Our mayor, Rahm Emanuel, though, is betting that the citizens of Chicago will not remember, and will forget everything he has done.

Rahm Emanuel is betting that we will forget how he closed the most schools in the history of the United States. He is hoping we forget how neighborhood schools are the backbone of communities.

You see, since Rahm has been elected (by less than 25 percent of all the eligible voters in Chicago), he has become infamous. On top of closing the most schools in the history of our country, he has also been mayor as Chicago has become the murder capital of the country or as my students say ChiRaq (Chicago + Iraq).

He gives press conferences where he talks about his "great" new initiatives, but has little follow-through. Remember when he promised to get rid of Chicago's food deserts?

Through his time as mayor, Rahm has been taking public money and investing or giving it to private businesses or organizations, like Depaul's new basketball stadium. He also made sure that bad privatization deals like the parking meter contract stayed in place. Another privatization scheme by our mayor that has slipped under the radar is the fact he has leased the Port of Chicago to a company based in Denver for 62 years. Just another move by our mayor to make a select few wealthy while allowing money to leave our own city. He almost privatized Midway Airport, but the deal thankfully fell through at the end.

Yet when he wants to (which is often), Rahm claims the city has no money for, in his eyes, not important things like public schools, CTA employees, and fire and police people. He has implied these public workers to be greedy.

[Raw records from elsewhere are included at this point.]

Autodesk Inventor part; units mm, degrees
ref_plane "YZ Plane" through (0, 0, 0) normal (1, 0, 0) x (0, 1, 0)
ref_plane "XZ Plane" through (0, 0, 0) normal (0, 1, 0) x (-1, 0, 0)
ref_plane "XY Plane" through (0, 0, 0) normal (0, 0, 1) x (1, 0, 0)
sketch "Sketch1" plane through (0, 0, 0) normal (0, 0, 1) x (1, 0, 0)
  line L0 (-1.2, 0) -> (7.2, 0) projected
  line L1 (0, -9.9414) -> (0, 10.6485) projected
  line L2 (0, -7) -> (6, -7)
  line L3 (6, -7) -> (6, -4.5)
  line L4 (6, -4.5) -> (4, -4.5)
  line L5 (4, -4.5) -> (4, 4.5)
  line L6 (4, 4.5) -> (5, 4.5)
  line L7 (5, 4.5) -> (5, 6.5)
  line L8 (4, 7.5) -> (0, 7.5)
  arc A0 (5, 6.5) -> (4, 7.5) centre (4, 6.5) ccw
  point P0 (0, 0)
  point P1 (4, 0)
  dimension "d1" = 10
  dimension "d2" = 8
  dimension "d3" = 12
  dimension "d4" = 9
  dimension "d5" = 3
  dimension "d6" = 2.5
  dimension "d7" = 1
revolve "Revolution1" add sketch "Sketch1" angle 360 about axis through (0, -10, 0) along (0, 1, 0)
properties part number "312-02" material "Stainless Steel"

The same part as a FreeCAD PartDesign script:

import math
import FreeCAD as App
import Part
import Sketcher

V = App.Vector
Q = App.Units.Quantity

doc = App.newDocument("Part")
body = doc.addObject("PartDesign::Body", "Body")

# Sketch on XY plane
sketch1 = body.newObject("Sketcher::SketchObject", "Sketch")
sketch1.AttachmentSupport = (doc.getObject("XY_Plane"), [""])
sketch1.MapMode = "FlatFace"
sketch1.addGeometry(Part.LineSegment(V(0, 7.5, 0), V(0, -7, 0)), False)
sketch1.addGeometry(Part.LineSegment(V(0, -7, 0), V(6, -7, 0)), False)
sketch1.addGeometry(Part.LineSegment(V(6, -7, 0), V(6, -4.5, 0)), False)
sketch1.addGeometry(Part.LineSegment(V(6, -4.5, 0), V(4, -4.5, 0)), False)
sketch1.addGeometry(Part.LineSegment(V(4, -4.5, 0), V(4, 4.5, 0)), False)
sketch1.addGeometry(Part.LineSegment(V(4, 4.5, 0), V(5, 4.5, 0)), False)
sketch1.addGeometry(Part.LineSegment(V(5, 4.5, 0), V(5, 6.5, 0)), False)
sketch1.addGeometry(Part.ArcOfCircle(Part.Circle(V(4, 6.5, 0), V(0, 0, 1), 1), math.radians(0), math.radians(90)), False)
sketch1.addGeometry(Part.LineSegment(V(4, 7.5, 0), V(0, 7.5, 0)), False)
sketch1.addConstraint(Sketcher.Constraint("Coincident", 0, 2, 1, 1))
sketch1.addConstraint(Sketcher.Constraint("Coincident", 1, 2, 2, 1))
sketch1.addConstraint(Sketcher.Constraint("Coincident", 2, 2, 3, 1))
sketch1.addConstraint(Sketcher.Constraint("Coincident", 3, 2, 4, 1))
sketch1.addConstraint(Sketcher.Constraint("Coincident", 4, 2, 5, 1))
sketch1.addConstraint(Sketcher.Constraint("Coincident", 5, 2, 6, 1))
sketch1.addConstraint(Sketcher.Constraint("Tangent", 6, 2, 7, 1))
sketch1.addConstraint(Sketcher.Constraint("Tangent", 7, 2, 8, 1))
sketch1.addConstraint(Sketcher.Constraint("Coincident", 8, 2, 0, 1))
sketch1.addConstraint(Sketcher.Constraint("Vertical", 0))
sketch1.addConstraint(Sketcher.Constraint("Horizontal", 1))
sketch1.addConstraint(Sketcher.Constraint("Vertical", 2))
sketch1.addConstraint(Sketcher.Constraint("Horizontal", 3))
sketch1.addConstraint(Sketcher.Constraint("Vertical", 4))
sketch1.addConstraint(Sketcher.Constraint("Horizontal", 5))
sketch1.addConstraint(Sketcher.Constraint("Vertical", 6))
sketch1.addConstraint(Sketcher.Constraint("Horizontal", 8))
sketch1.addConstraint(Sketcher.Constraint("PointOnObject", 0, 2, -2))
sketch1.addConstraint(Sketcher.Constraint("Vertical", 7, 3, 3, 2))
sketch1.addConstraint(Sketcher.Constraint("Equal", 3, 6))
sketch1.addConstraint(Sketcher.Constraint("Radius", 7, Q("1 mm")))
sketch1.addConstraint(Sketcher.Constraint("DistanceY", 4, 1, 4, 2, Q("9 mm")))
sketch1.addConstraint(Sketcher.Constraint("DistanceY", 2, 1, 2, 2, Q("2.5 mm")))
sketch1.addConstraint(Sketcher.Constraint("DistanceX", 5, 2, 2, 2, Q("1 mm")))
sketch1.addConstraint(Sketcher.Constraint("DistanceX", 1, 1, 1, 2, Q("6 mm")))
sketch1.addConstraint(Sketcher.Constraint("DistanceY", 0, 2, -1, 1, Q("7 mm")))
revolution = body.newObject("PartDesign::Revolution", "Revolution")
revolution.Profile = sketch1
revolution.ReferenceAxis = (sketch1, ["V_Axis"])
revolution.Angle = 360

doc.recompute()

He has slashed school budgets, which often resulted in 15 percent of an entire school's staff being cut. Schools are reporting there is not enough money for basic school supplies like paper and books. And now reports are coming out that schools do not even have enough money for essential sanitary supplies like toilet paper.

But now all of a sudden Rahm is changing his tune. He is announcing the building of a new school on the far South East Side.

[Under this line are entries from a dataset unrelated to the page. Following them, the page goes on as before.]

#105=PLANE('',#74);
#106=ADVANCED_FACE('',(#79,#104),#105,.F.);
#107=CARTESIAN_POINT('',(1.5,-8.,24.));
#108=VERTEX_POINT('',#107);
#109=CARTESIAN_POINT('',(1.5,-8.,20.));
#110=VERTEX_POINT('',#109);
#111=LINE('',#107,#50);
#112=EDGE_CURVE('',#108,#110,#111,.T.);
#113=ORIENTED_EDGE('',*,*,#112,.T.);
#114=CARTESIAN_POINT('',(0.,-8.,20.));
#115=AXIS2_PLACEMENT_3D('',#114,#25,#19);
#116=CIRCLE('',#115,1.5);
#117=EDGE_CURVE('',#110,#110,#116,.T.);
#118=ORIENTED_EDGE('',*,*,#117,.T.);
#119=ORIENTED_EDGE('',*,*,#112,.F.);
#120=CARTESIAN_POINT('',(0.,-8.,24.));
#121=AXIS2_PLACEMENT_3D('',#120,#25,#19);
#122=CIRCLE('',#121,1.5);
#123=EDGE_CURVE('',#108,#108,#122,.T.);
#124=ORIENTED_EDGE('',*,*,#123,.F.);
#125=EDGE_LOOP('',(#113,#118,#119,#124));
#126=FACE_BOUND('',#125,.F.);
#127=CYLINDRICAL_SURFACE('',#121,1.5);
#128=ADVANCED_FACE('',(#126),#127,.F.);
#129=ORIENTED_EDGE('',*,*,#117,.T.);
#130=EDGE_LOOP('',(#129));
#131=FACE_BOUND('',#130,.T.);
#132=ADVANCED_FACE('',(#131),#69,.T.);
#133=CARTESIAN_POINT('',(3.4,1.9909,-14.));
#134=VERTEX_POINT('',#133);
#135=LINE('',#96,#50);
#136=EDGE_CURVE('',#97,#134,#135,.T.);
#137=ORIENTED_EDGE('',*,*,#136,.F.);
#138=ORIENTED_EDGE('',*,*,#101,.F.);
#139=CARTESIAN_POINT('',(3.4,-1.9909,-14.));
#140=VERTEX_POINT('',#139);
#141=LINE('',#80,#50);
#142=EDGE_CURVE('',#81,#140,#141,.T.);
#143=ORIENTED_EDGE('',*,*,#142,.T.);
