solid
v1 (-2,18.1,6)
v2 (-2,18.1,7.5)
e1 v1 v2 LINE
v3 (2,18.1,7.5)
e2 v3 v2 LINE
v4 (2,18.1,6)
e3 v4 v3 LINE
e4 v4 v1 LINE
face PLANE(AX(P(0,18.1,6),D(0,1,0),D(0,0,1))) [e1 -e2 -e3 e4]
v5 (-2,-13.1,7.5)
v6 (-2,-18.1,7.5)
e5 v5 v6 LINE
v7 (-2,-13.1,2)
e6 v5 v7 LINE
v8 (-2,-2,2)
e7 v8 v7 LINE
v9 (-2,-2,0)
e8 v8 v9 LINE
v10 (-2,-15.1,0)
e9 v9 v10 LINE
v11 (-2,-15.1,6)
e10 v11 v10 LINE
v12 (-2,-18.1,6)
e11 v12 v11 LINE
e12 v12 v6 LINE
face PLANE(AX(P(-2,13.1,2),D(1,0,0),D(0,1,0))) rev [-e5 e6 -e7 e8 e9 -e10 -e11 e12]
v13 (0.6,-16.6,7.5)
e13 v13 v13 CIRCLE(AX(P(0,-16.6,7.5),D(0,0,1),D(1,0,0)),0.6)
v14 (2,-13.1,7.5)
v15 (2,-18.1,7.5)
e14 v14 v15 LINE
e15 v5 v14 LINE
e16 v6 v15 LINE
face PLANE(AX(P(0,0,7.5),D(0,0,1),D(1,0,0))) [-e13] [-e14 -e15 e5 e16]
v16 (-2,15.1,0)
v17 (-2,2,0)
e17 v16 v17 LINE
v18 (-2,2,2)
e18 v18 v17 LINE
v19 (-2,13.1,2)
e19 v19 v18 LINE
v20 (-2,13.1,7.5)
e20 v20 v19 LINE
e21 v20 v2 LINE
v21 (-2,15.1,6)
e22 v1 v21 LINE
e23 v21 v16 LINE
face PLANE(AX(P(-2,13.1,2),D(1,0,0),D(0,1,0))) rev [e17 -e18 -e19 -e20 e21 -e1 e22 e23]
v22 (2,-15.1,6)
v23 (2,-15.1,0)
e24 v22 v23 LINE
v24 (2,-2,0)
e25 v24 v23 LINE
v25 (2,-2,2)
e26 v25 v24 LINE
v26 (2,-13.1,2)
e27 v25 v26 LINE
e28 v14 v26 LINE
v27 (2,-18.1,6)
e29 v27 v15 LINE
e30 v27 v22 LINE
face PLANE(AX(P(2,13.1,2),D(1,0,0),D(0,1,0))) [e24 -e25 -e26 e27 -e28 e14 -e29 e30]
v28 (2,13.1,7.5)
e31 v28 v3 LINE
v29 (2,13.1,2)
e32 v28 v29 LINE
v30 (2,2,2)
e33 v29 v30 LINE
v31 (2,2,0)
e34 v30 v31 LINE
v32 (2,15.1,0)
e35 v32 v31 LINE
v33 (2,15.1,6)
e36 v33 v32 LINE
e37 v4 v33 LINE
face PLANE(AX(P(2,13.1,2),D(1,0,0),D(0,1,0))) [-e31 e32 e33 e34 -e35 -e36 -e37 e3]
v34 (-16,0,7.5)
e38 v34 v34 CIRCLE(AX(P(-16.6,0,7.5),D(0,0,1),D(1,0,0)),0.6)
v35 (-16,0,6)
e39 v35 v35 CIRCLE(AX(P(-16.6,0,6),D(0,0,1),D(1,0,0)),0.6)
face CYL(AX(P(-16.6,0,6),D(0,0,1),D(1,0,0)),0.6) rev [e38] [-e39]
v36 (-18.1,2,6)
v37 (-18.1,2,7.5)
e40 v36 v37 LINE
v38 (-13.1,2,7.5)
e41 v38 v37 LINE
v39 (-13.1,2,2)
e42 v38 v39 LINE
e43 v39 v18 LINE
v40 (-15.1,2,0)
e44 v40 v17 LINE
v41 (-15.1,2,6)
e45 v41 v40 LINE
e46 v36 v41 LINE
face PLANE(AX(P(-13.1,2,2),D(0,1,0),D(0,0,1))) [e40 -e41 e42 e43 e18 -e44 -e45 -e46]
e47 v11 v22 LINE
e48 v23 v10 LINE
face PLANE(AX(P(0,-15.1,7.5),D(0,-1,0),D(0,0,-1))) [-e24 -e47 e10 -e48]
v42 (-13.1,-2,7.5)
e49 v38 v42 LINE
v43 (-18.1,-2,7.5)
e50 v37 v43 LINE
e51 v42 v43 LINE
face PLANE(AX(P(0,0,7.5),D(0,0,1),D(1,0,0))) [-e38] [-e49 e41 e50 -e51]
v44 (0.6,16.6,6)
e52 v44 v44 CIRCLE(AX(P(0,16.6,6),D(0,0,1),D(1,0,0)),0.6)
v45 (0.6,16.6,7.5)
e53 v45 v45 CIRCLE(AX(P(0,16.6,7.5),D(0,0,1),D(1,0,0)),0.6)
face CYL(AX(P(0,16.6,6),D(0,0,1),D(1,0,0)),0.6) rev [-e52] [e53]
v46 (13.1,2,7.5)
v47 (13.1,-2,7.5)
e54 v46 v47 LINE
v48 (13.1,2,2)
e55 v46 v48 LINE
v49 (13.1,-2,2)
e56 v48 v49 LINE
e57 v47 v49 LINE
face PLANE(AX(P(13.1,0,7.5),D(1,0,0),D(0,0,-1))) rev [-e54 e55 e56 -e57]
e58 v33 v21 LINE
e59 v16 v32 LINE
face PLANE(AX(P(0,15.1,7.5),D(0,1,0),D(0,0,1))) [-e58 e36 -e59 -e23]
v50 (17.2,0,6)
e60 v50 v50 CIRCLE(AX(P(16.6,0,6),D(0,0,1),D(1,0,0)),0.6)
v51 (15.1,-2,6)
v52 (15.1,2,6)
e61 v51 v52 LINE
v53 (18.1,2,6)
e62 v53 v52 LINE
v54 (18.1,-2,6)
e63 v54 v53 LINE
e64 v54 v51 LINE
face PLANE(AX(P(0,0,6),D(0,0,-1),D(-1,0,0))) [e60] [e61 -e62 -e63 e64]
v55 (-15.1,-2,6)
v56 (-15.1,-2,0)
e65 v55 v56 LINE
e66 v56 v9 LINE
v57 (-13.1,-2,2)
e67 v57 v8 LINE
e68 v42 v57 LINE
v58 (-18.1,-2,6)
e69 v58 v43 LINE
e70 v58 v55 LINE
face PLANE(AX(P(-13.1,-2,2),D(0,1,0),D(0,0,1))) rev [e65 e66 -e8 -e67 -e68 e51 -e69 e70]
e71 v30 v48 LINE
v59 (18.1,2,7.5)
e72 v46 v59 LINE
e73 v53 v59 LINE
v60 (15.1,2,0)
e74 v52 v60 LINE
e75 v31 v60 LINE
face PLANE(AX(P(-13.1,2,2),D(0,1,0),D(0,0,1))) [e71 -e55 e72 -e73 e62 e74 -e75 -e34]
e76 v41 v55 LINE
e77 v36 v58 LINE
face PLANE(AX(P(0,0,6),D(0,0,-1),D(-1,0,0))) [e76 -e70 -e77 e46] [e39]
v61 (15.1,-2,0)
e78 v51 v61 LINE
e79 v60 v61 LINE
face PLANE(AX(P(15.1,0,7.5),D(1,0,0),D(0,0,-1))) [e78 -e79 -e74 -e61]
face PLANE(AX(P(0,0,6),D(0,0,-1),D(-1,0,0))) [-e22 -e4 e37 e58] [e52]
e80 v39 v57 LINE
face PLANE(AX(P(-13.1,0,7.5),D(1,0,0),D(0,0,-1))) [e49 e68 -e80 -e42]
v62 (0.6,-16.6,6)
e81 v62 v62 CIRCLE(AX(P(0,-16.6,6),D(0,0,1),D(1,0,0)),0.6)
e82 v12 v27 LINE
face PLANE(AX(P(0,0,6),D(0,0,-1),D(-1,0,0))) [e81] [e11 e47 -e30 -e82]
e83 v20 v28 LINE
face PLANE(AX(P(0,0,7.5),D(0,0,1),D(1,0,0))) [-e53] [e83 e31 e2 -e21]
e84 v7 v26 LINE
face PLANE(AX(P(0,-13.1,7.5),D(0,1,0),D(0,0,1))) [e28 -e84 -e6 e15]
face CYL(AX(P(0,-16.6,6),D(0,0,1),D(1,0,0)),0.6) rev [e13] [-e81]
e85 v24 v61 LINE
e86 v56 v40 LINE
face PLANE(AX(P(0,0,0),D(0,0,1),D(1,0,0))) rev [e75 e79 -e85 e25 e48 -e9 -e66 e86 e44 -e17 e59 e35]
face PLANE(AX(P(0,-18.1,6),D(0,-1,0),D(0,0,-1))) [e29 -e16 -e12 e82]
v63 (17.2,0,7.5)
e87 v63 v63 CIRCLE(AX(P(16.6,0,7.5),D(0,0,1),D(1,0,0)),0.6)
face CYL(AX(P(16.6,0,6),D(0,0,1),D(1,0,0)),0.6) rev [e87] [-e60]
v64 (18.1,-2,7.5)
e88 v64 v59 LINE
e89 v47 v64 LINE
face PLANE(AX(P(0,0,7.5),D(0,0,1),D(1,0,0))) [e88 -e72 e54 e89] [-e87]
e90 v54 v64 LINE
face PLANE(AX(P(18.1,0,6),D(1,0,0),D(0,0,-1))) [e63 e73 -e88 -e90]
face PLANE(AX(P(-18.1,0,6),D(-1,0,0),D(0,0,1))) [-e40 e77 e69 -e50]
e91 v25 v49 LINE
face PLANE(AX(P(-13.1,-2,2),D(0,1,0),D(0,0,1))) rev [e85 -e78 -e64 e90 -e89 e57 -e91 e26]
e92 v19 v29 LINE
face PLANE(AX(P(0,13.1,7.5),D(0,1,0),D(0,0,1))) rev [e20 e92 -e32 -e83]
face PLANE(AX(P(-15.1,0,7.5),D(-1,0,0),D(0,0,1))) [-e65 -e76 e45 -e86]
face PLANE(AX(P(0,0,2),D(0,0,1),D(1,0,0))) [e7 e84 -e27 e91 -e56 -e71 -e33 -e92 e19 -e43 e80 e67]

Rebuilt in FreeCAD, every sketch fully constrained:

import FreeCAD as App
import Part
import Sketcher


def add_polygon(sketch, points):
    """Adds a closed chain of lines whose ends are joined by coincident constraints."""
    first, n = sketch.GeometryCount, len(points)
    for a, b in zip(points, points[1:] + points[:1]):
        sketch.addGeometry(Part.LineSegment(App.Vector(*a, 0), App.Vector(*b, 0)), False)
    for i in range(n):
        sketch.addConstraint(Sketcher.Constraint("Coincident", first + i, 2, first + (i + 1) % n, 1))

doc = App.newDocument("Part")
body = doc.addObject("PartDesign::Body", "Body")

# Sketch on XY plane
sketch1 = doc.addObject("Sketcher::SketchObject", "Sketch")
body.addObject(sketch1)
sketch1.AttachmentSupport = (doc.XY_Plane, [""])
sketch1.MapMode = "FlatFace"
add_polygon(sketch1, [(-13.1, 2), (-13.1, -2), (-2, -2), (-2, -13.1), (2, -13.1), (2, -2), (13.1, -2), (13.1, 2), (2, 2), (2, 13.1), (-2, 13.1), (-2, 2)])  # lines 0-11
sketch1.addConstraint([
    Sketcher.Constraint("Vertical", 0),
    Sketcher.Constraint("Horizontal", 1),
    Sketcher.Constraint("Vertical", 2),
    Sketcher.Constraint("Horizontal", 3),
    Sketcher.Constraint("Vertical", 4),
    Sketcher.Constraint("Horizontal", 5),
    Sketcher.Constraint("Vertical", 6),
    Sketcher.Constraint("Horizontal", 7),
    Sketcher.Constraint("Vertical", 8),
    Sketcher.Constraint("Horizontal", 9),
    Sketcher.Constraint("Vertical", 10),
    Sketcher.Constraint("Horizontal", 11),
    Sketcher.Constraint("Symmetric", 0, 2, 6, 2, -1, 1),
    Sketcher.Constraint("Symmetric", 2, 2, 8, 2, -1, 1),
    Sketcher.Constraint("Symmetric", 4, 2, 10, 2, -1, 1),
    Sketcher.Constraint("Symmetric", 1, 2, 4, 2, -2),
    Sketcher.Constraint("Equal", 9, 0),
    Sketcher.Constraint("Equal", 11, 2),
    Sketcher.Constraint("DistanceX", 3, 1, 3, 2, 4.0),
    Sketcher.Constraint("DistanceX", 1, 1, 1, 2, 11.1),
])
pad1 = doc.addObject("PartDesign::Pad", "Pad")
body.addObject(pad1)
pad1.Profile = sketch1
pad1.Length = 2

# Sketch on XY plane
sketch2 = doc.addObject("Sketcher::SketchObject", "Sketch001")
body.addObject(sketch2)
sketch2.AttachmentSupport = (doc.XY_Plane, [""])
sketch2.MapMode = "FlatFace"
add_polygon(sketch2, [(13.1, 2), (13.1, -2), (15.1, -2), (15.1, 2)])  # lines 0-3
add_polygon(sketch2, [(-2, 15.1), (-2, 13.1), (2, 13.1), (2, 15.1)])  # lines 4-7
add_polygon(sketch2, [(-2, -13.1), (-2, -15.1), (2, -15.1), (2, -13.1)])  # lines 8-11
add_polygon(sketch2, [(-15.1, 2), (-15.1, -2), (-13.1, -2), (-13.1, 2)])  # lines 12-15
sketch2.addConstraint([
    Sketcher.Constraint("Vertical", 0),
    Sketcher.Constraint("Horizontal", 1),
    Sketcher.Constraint("Vertical", 2),
    Sketcher.Constraint("Horizontal", 3),
    Sketcher.Constraint("Vertical", 4),
    Sketcher.Constraint("Horizontal", 5),
    Sketcher.Constraint("Vertical", 6),
    Sketcher.Constraint("Horizontal", 7),
    Sketcher.Constraint("Vertical", 8),
    Sketcher.Constraint("Horizontal", 9),
    Sketcher.Constraint("Vertical", 10),
    Sketcher.Constraint("Horizontal", 11),
    Sketcher.Constraint("Vertical", 12),
    Sketcher.Constraint("Horizontal", 13),
    Sketcher.Constraint("Vertical", 14),
    Sketcher.Constraint("Horizontal", 15),
    Sketcher.Constraint("Symmetric", 6, 2, 8, 2, -1, 1),
    Sketcher.Constraint("Symmetric", 4, 2, 10, 2, -1, 1),
    Sketcher.Constraint("Symmetric", 2, 2, 12, 2, -1, 1),
    Sketcher.Constraint("Symmetric", 0, 2, 14, 2, -1, 1),
    Sketcher.Constraint("Horizontal", 1, 2, 12, 2),
    Sketcher.Constraint("Vertical", 7, 2, 8, 2),
    Sketcher.Constraint("Equal", 11, 0),
    Sketcher.Constraint("Equal", 15, 4),
    Sketcher.Constraint("DistanceX", 1, 1, 1, 2, 2.0),
    Sketcher.Constraint("DistanceX", 5, 1, 5, 2, 4.0),
    Sketcher.Constraint("DistanceX", -1, 1, 0, 2, 13.1),
    Sketcher.Constraint("DistanceY", -1, 1, 4, 2, 13.1),
])
pad2 = doc.addObject("PartDesign::Pad", "Pad001")
body.addObject(pad2)
pad2.Profile = sketch2
pad2.Length = 7.5

# Sketch on XY plane
sketch3 = doc.addObject("Sketcher::SketchObject", "Sketch002")
body.addObject(sketch3)
sketch3.AttachmentSupport = (doc.XY_Plane, [""])
sketch3.MapMode = "FlatFace"
sketch3.AttachmentOffset = App.Placement(App.Vector(0, 0, 7.5), App.Rotation())
add_polygon(sketch3, [(-18.1, 2), (-18.1, -2), (-15.1, -2), (-15.1, 2)])  # lines 0-3
sketch3.addGeometry(Part.Circle(App.Vector(-16.6, 0, 0), App.Vector(0, 0, 1), 0.6), False)  # 4
add_polygon(sketch3, [(-2, 18.1), (-2, 15.1), (2, 15.1), (2, 18.1)])  # lines 5-8
sketch3.addGeometry(Part.Circle(App.Vector(0, 16.6, 0), App.Vector(0, 0, 1), 0.6), False)  # 9
add_polygon(sketch3, [(15.1, 2), (15.1, -2), (18.1, -2), (18.1, 2)])  # lines 10-13
sketch3.addGeometry(Part.Circle(App.Vector(16.6, 0, 0), App.Vector(0, 0, 1), 0.6), False)  # 14
add_polygon(sketch3, [(-2, -15.1), (-2, -18.1), (2, -18.1), (2, -15.1)])  # lines 15-18
sketch3.addGeometry(Part.Circle(App.Vector(0, -16.6, 0), App.Vector(0, 0, 1), 0.6), False)  # 19
sketch3.addConstraint([
    Sketcher.Constraint("Vertical", 0),
    Sketcher.Constraint("Horizontal", 1),
    Sketcher.Constraint("Vertical", 2),
    Sketcher.Constraint("Horizontal", 3),
    Sketcher.Constraint("Vertical", 5),
    Sketcher.Constraint("Horizontal", 6),
    Sketcher.Constraint("Vertical", 7),
    Sketcher.Constraint("Horizontal", 8),
    Sketcher.Constraint("Vertical", 10),
    Sketcher.Constraint("Horizontal", 11),
    Sketcher.Constraint("Vertical", 12),
    Sketcher.Constraint("Horizontal", 13),
    Sketcher.Constraint("Vertical", 15),
    Sketcher.Constraint("Horizontal", 16),
    Sketcher.Constraint("Vertical", 17),
    Sketcher.Constraint("Horizontal", 18),
    Sketcher.Constraint("Equal", 4, 9),
    Sketcher.Constraint("Equal", 9, 14),
    Sketcher.Constraint("Equal", 14, 19),
    Sketcher.Constraint("Symmetric", 4, 3, 14, 3, -1, 1),
    Sketcher.Constraint("Symmetric", 9, 3, 19, 3, -1, 1),
    Sketcher.Constraint("Symmetric", 2, 2, 10, 2, -1, 1),
    Sketcher.Constraint("Symmetric", 0, 2, 12, 2, -1, 1),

Nevermind that it is on a possibly toxic site.

As Rahm proudly says, "For all of you that have been asking for this for years, this is your day. Take pride in it."

Wow, surely Rahm is now finally listening to the people, right? Wrong.

As Jackson Potter from the Chicago Teachers Union said, "Most of these projects are getting completed in 2015 when he's running for reelection."

I couldn't agree more. Rahm is betting that the voters of Chicago will forget about the countless things he has done to continue to harm working class communities across the city. He is attempting to do a few "good" things just in time for his attempt at a 2015 reelection.

Unfortunately for Rahm he doesn't realize that Chicago is a city of historians who don't forget (I hope).